Random effects model includes country-level random intercepts.
Year FE model includes fixed effects for each year.
What We’ve Learned About Modern Practice
This analysis reveals several crucial insights about how empirical research has evolved:
Standard errors matter enormously. Clustering can dramatically increase uncertainty around estimates, potentially changing which variables we consider significant. Ignoring non-independence can lead to false confidence in our results.
Panel structure provides both opportunities and challenges. Random effects allow us to account for unobserved country-specific heterogeneity while preserving the ability to test theories about time-invariant factors like geography and social structure. But this comes with assumptions about how unobserved factors relate to our predictors.

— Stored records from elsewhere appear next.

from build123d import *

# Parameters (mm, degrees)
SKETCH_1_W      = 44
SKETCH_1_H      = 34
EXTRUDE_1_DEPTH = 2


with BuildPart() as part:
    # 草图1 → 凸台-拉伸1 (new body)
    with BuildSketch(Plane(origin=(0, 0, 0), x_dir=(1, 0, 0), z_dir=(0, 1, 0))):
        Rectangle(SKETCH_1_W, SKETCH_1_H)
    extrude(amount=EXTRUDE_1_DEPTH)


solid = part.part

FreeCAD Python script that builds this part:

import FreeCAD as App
import Part
import Sketcher
from FreeCAD import Vector


def add_polygon(sketch, points):
    """Adds a closed chain of lines whose ends are joined by coincident constraints."""
    first, n = sketch.GeometryCount, len(points)
    for a, b in zip(points, points[1:] + points[:1]):
        sketch.addGeometry(Part.LineSegment(App.Vector(*a, 0), App.Vector(*b, 0)), False)
    for i in range(n):
        sketch.addConstraint(Sketcher.Constraint("Coincident", first + i, 2, first + (i + 1) % n, 1))

doc = App.newDocument("Part")
body = doc.addObject("PartDesign::Body", "Body")

# Sketch on XZ plane
sketch1 = body.newObject("Sketcher::SketchObject", "Sketch")
sketch1.AttachmentSupport = (doc.getObject("XZ_Plane"), [""])
sketch1.MapMode = "FlatFace"
add_polygon(sketch1, [(-22, -17), (-22, 17), (22, 17), (22, -17)])  # lines 0-3
sketch1.addConstraint(Sketcher.Constraint("Vertical", 0))
sketch1.addConstraint(Sketcher.Constraint("Horizontal", 1))
sketch1.addConstraint(Sketcher.Constraint("Vertical", 2))
sketch1.addConstraint(Sketcher.Constraint("Horizontal", 3))
sketch1.addConstraint(Sketcher.Constraint("Symmetric", 0, 2, 2, 2, -1, 1))
sketch1.addConstraint(Sketcher.Constraint("DistanceX", 1, 1, 1, 2, 44.0))
sketch1.addConstraint(Sketcher.Constraint("DistanceY", 0, 1, 0, 2, 34.0))
pad1 = body.newObject("PartDesign::Pad", "Pad")
pad1.Profile = sketch1
pad1.Length = 2
pad1.Reversed = True

doc.recompute()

Temporal confounds are everywhere. Year fixed effects help us separate the effects of our variables from broader historical trends. Without these controls, we might attribute to democracy or development effects that really reflect global changes in conflict patterns.
Causal identification is hard. Simply including control variables doesn’t solve the problem of confounding. Modern research increasingly relies on natural experiments, instrumental variables, and other identification strategies that go beyond the standard regression approach.

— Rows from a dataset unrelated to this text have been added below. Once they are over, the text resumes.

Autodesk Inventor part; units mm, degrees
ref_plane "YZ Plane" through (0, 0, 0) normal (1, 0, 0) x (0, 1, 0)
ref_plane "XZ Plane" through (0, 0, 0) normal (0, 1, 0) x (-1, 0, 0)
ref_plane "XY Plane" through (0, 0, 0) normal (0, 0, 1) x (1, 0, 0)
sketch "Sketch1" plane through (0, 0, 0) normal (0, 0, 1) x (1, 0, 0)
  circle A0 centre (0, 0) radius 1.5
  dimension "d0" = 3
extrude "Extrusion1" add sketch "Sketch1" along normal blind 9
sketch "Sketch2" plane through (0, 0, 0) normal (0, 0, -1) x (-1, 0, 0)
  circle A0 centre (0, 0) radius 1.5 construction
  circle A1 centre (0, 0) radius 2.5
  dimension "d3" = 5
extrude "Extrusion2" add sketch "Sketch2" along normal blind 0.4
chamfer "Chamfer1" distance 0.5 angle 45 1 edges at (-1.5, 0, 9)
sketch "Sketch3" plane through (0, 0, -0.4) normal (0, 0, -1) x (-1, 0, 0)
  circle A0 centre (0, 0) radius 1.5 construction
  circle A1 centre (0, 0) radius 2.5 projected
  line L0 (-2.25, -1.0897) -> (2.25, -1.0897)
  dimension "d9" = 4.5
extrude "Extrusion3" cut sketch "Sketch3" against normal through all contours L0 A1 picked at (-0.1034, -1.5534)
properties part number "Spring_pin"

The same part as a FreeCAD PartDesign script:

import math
import FreeCAD as App
import Part
import Sketcher
from FreeCAD import Vector
Q = App.Units.Quantity


def edges_at(feature, points):
    """Names of the edges that pass closest to the given points."""
    edges = feature.Shape.Edges
    near = lambda p: min(range(len(edges)), key=lambda i: edges[i].distToShape(Part.Vertex(*p))[0])
    return sorted({f"Edge{near(p) + 1}" for p in points})

doc = App.newDocument("Part")
body = doc.addObject("PartDesign::Body", "Body")

# Sketch on XY plane
sketch1 = body.newObject("Sketcher::SketchObject", "Sketch")
sketch1.AttachmentSupport = (doc.getObject("XY_Plane"), [""])
sketch1.MapMode = "FlatFace"
sketch1.addGeometry(Part.Circle(Vector(0, 0, 0), Vector(0, 0, 1), 1.5), False)
sketch1.addConstraint([
    Sketcher.Constraint("Coincident", 0, 3, -1, 1),
    Sketcher.Constraint("Diameter", 0, Q("3 mm")),
])
pad1 = body.newObject("PartDesign::Pad", "Pad")
pad1.Profile = sketch1
pad1.Length = 9

# Sketch on XY plane
sketch2 = body.newObject("Sketcher::SketchObject", "Sketch001")
sketch2.AttachmentSupport = (doc.getObject("XY_Plane"), [""])
sketch2.MapMode = "FlatFace"
sketch2.addGeometry(Part.Circle(Vector(0, 0, 0), Vector(0, 0, 1), 2.5), False)
sketch2.addConstraint([
    Sketcher.Constraint("Coincident", 0, 3, -1, 1),
    Sketcher.Constraint("Diameter", 0, Q("5 mm")),
])
pad2 = body.newObject("PartDesign::Pad", "Pad001")
pad2.Profile = sketch2
pad2.Length = 0.4
pad2.Reversed = True
doc.recompute()

chamfer = body.newObject("PartDesign::Chamfer", "Chamfer")
chamfer.Base = (pad2, edges_at(pad2, [(-1.5, 0, 9)]))
chamfer.Size = 0.5

# Sketch on XY plane
sketch3 = body.newObject("Sketcher::SketchObject", "Sketch002")
sketch3.AttachmentSupport = (doc.getObject("XY_Plane"), [""])
sketch3.MapMode = "FlatFace"
sketch3.AttachmentOffset = App.Placement(Vector(0, 0, -0.4), App.Rotation())
sketch3.addGeometry([
    Part.LineSegment(Vector(-2.2, -1.1, 0), Vector(2.2, -1.1, 0)),
    Part.ArcOfCircle(Part.Circle(Vector(0, 0, 0), Vector(0, 0, 1), 2.5), math.radians(-154), math.radians(-26)),
], False)
sketch3.addConstraint([
    Sketcher.Constraint("Coincident", 0, 1, 1, 1),
    Sketcher.Constraint("Coincident", 1, 2, 0, 2),
    Sketcher.Constraint("Horizontal", 0),
    Sketcher.Constraint("Coincident", 1, 3, -1, 1),
    Sketcher.Constraint("DistanceX", 0, 1, 0, 2, Q("4.5 mm")),
    Sketcher.Constraint("Radius", 1, Q("2.5 mm")),
])
pocket1 = body.newObject("PartDesign::Pocket", "Pocket")
pocket1.Profile = sketch3
pocket1.Type = "ThroughAll"
pocket1.Reversed = True

doc.recompute()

Robustness matters. Findings that depend critically on specific modeling choices or sample restrictions should be viewed with skepticism. Robust results survive multiple reasonable specifications.

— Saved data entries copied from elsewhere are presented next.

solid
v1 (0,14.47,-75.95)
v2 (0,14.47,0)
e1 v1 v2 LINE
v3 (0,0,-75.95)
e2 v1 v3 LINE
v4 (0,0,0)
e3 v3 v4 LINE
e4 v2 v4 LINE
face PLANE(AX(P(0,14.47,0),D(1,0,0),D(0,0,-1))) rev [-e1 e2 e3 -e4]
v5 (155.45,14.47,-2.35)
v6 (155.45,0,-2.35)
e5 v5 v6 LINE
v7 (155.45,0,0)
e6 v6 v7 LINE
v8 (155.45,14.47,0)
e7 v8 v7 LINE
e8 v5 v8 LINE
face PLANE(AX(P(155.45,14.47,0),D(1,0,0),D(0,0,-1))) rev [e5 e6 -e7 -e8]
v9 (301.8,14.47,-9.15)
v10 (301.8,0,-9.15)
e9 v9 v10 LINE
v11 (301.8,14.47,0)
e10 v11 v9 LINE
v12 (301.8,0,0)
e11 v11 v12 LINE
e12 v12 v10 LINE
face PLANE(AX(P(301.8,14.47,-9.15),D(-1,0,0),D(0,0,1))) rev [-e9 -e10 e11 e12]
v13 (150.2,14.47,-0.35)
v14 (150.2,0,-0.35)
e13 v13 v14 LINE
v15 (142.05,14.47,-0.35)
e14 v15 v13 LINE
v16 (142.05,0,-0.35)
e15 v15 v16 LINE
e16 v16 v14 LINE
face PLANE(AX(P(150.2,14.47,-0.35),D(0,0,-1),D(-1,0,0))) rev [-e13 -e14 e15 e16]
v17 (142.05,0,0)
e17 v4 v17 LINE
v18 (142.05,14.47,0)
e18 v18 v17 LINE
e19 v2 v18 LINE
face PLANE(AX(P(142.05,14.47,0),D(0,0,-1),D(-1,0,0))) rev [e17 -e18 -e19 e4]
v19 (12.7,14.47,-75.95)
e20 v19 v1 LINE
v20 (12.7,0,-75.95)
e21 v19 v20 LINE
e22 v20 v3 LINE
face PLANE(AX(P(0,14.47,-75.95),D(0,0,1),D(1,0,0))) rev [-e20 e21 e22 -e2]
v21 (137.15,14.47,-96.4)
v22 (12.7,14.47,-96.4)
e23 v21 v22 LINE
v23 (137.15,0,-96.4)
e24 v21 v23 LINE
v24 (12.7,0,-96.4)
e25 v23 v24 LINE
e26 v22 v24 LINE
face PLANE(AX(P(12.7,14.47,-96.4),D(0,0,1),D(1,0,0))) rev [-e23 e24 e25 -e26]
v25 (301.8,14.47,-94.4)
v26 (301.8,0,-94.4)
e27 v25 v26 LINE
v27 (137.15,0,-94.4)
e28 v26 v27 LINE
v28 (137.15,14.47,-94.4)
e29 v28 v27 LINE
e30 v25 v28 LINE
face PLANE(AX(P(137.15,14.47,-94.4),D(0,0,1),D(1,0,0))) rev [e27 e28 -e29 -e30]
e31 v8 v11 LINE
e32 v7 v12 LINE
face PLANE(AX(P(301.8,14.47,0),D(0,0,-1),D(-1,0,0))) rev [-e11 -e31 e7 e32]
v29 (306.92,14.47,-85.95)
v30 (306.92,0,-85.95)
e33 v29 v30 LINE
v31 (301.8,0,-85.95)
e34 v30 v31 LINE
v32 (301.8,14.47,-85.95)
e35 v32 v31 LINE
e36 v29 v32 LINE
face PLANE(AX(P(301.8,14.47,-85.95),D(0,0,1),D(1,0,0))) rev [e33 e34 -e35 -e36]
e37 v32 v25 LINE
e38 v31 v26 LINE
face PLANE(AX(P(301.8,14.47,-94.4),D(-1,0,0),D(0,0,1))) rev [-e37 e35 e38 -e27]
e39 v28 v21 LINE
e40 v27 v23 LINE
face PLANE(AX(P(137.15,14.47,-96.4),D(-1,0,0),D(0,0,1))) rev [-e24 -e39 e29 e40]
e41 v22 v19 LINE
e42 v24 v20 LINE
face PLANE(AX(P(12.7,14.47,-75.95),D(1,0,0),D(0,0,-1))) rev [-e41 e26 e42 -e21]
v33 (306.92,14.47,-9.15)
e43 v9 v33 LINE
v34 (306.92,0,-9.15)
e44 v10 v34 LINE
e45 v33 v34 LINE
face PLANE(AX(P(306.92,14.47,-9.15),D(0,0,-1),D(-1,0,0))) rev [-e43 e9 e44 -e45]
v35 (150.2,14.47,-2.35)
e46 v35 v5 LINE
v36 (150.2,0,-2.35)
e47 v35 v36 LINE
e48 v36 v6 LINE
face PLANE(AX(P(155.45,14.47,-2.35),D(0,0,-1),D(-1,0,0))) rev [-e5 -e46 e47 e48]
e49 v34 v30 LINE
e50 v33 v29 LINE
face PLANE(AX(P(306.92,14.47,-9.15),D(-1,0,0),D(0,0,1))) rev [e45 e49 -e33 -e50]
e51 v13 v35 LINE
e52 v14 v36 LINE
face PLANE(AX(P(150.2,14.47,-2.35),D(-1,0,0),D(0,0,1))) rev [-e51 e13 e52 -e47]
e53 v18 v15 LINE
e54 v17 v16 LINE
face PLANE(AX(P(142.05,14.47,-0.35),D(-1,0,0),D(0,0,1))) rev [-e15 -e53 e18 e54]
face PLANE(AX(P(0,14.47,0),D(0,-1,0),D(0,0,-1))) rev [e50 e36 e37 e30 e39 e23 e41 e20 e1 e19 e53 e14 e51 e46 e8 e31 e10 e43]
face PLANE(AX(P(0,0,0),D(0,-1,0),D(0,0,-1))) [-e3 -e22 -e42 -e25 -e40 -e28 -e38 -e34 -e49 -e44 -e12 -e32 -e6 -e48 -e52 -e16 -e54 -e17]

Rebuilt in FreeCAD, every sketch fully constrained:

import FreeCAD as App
import Part
import Sketcher

doc = App.newDocument("Part")
params = doc.addObject("Spreadsheet::Sheet", "Params")
for row, (alias, value) in enumerate([
    ("sketch1_height", "2 mm"),
    ("sketch1_width", "12.7 mm"),
    ("sketch1_height2", "76.8 mm"),
    ("sketch1_width2", "142.05 mm"),
    ("sketch1_width3", "8.15 mm"),
    ("pad1_length", "14.47 mm"),
], start=1):
    params.set(f"A{row}", alias)
    params.set(f"B{row}", "=" + value)
    params.setAlias(f"B{row}", alias)

body = doc.addObject("PartDesign::Body", "Body")

# Sketch on XZ plane
sketch1 = body.newObject("Sketcher::SketchObject", "Sketch")
sketch1.AttachmentSupport = (doc.getObject("XZ_Plane"), [""])
sketch1.MapMode = "FlatFace"
sketch1.addGeometry([
    Part.LineSegment(App.Vector(0, -75.95, 0), App.Vector(0, 0, 0)),  # 0
    Part.LineSegment(App.Vector(0, 0, 0), App.Vector(142.05, 0, 0)),  # 1
    Part.LineSegment(App.Vector(142.05, 0, 0), App.Vector(142.05, -0.35, 0)),  # 2
    Part.LineSegment(App.Vector(142.05, -0.35, 0), App.Vector(150.2, -0.35, 0)),  # 3
    Part.LineSegment(App.Vector(150.2, -0.35, 0), App.Vector(150.2, -2.35, 0)),  # 4
    Part.LineSegment(App.Vector(150.2, -2.35, 0), App.Vector(155.45, -2.35, 0)),  # 5
    Part.LineSegment(App.Vector(155.45, -2.35, 0), App.Vector(155.45, 0, 0)),  # 6
    Part.LineSegment(App.Vector(155.45, 0, 0), App.Vector(301.8, 0, 0)),  # 7
    Part.LineSegment(App.Vector(301.8, 0, 0), App.Vector(301.8, -9.15, 0)),  # 8
    Part.LineSegment(App.Vector(301.8, -9.15, 0), App.Vector(306.92, -9.15, 0)),  # 9
    Part.LineSegment(App.Vector(306.92, -9.15, 0), App.Vector(306.92, -85.95, 0)),  # 10
    Part.LineSegment(App.Vector(306.92, -85.95, 0), App.Vector(301.8, -85.95, 0)),  # 11
    Part.LineSegment(App.Vector(301.8, -85.95, 0), App.Vector(301.8, -94.4, 0)),  # 12
    Part.LineSegment(App.Vector(301.8, -94.4, 0), App.Vector(137.15, -94.4, 0)),  # 13
    Part.LineSegment(App.Vector(137.15, -94.4, 0), App.Vector(137.15, -96.4, 0)),  # 14
    Part.LineSegment(App.Vector(137.15, -96.4, 0), App.Vector(12.7, -96.4, 0)),  # 15
    Part.LineSegment(App.Vector(12.7, -96.4, 0), App.Vector(12.7, -75.95, 0)),  # 16
    Part.LineSegment(App.Vector(12.7, -75.95, 0), App.Vector(0, -75.95, 0)),  # 17
], False)
sketch1.addConstraint([
    Sketcher.Constraint("Coincident", 0, 2, 1, 1),
    Sketcher.Constraint("Coincident", 1, 2, 2, 1),
    Sketcher.Constraint("Coincident", 2, 2, 3, 1),
    Sketcher.Constraint("Coincident", 3, 2, 4, 1),
    Sketcher.Constraint("Coincident", 4, 2, 5, 1),
    Sketcher.Constraint("Coincident", 5, 2, 6, 1),
    Sketcher.Constraint("Coincident", 6, 2, 7, 1),
    Sketcher.Constraint("Coincident", 7, 2, 8, 1),
    Sketcher.Constraint("Coincident", 8, 2, 9, 1),
    Sketcher.Constraint("Coincident", 9, 2, 10, 1),
    Sketcher.Constraint("Coincident", 10, 2, 11, 1),
    Sketcher.Constraint("Coincident", 11, 2, 12, 1),
    Sketcher.Constraint("Coincident", 12, 2, 13, 1),
    Sketcher.Constraint("Coincident", 13, 2, 14, 1),
    Sketcher.Constraint("Coincident", 14, 2, 15, 1),
    Sketcher.Constraint("Coincident", 15, 2, 16, 1),
    Sketcher.Constraint("Coincident", 16, 2, 17, 1),
    Sketcher.Constraint("Coincident", 17, 2, 0, 1),
    Sketcher.Constraint("Vertical", 0),
    Sketcher.Constraint("Horizontal", 1),
    Sketcher.Constraint("Vertical", 2),
    Sketcher.Constraint("Horizontal", 3),
    Sketcher.Constraint("Vertical", 4),
    Sketcher.Constraint("Horizontal", 5),
    Sketcher.Constraint("Vertical", 6),
    Sketcher.Constraint("Horizontal", 7),
    Sketcher.Constraint("Vertical", 8),
    Sketcher.Constraint("Horizontal", 9),
    Sketcher.Constraint("Vertical", 10),
    Sketcher.Constraint("Horizontal", 11),
    Sketcher.Constraint("Vertical", 12),
    Sketcher.Constraint("Horizontal", 13),
    Sketcher.Constraint("Vertical", 14),
    Sketcher.Constraint("Horizontal", 15),
    Sketcher.Constraint("Vertical", 16),
    Sketcher.Constraint("Horizontal", 17),
    Sketcher.Constraint("Coincident", 0, 2, -1, 1),
    Sketcher.Constraint("PointOnObject", 6, 2, -1),
    Sketcher.Constraint("Vertical", 8, 2, 11, 2),
    Sketcher.Constraint("Equal", 4, 14),
    Sketcher.Constraint("DistanceY", 4, 2, 4, 1, 2.0),
    Sketcher.Constraint("DistanceX", 17, 2, 17, 1, 12.7),
    Sketcher.Constraint("DistanceY", 10, 2, 10, 1, 76.8),
    Sketcher.Constraint("DistanceX", 1, 1, 1, 2, 142.05),
    Sketcher.Constraint("DistanceX", 3, 1, 3, 2, 8.15),
    Sketcher.Constraint("DistanceX", 5, 1, 5, 2, 5.25),
    Sketcher.Constraint("DistanceX", 7, 1, 7, 2, 146.35),
    Sketcher.Constraint("DistanceX", 9, 1, 9, 2, 5.12),
    Sketcher.Constraint("DistanceX", 13, 2, 13, 1, 164.65),
    Sketcher.Constraint("DistanceY", 0, 1, 0, 2, 75.95),
    Sketcher.Constraint("DistanceY", 2, 2, 2, 1, 0.35),
    Sketcher.Constraint("DistanceY", 8, 2, 8, 1, 9.15),
    Sketcher.Constraint("DistanceY", 12, 2, 12, 1, 8.45),
])
sketch1.setExpression("Constraints[40]", "Params.sketch1_height")
sketch1.setExpression("Constraints[41]", "Params.sketch1_width")
sketch1.setExpression("Constraints[42]", "Params.sketch1_height2")
sketch1.setExpression("Constraints[43]", "Params.sketch1_width2")
sketch1.setExpression("Constraints[44]", "Params.sketch1_width3")
pad1 = body.newObject("PartDesign::Pad", "Pad")
pad1.Profile = sketch1
pad1.setExpression("Length", "Params.pad1_length")
pad1.Reversed = True

doc.recompute()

Looking Ahead: Modern Causal Identification
While this module focused on improving traditional regression approaches, contemporary conflict research increasingly employs more sophisticated identification strategies:
Instrumental variables for democracy (e.g., using regional democratization waves)
Regression discontinuity designs around arbitrary thresholds
Difference-in-differences approaches comparing similar countries before/after policy changes
Natural experiments exploiting random variation in treatment assignment
These approaches represent the cutting edge of empirical research and will be covered in advanced econometrics courses. But the foundations we’ve built here—understanding panel data, clustering, and the challenges of causal inference—prepare you for these more sophisticated methods.
Summary
Twenty years after Fearon and Laitin’s influential study, we would approach the same research question with greater appreciation for the complexities of panel data and causal identification. While their core insights about the importance of state capacity, terrain, and economic development remain influential, modern methods reveal greater uncertainty around specific estimates and highlight the challenges of making causal claims from observational data.
This evolution reflects the broader maturation of empirical social science. As our methods become more sophisticated, we become more humble about what we can conclude from correlational evidence—but also more creative about finding ways to identify causal relationships in complex social phenomena.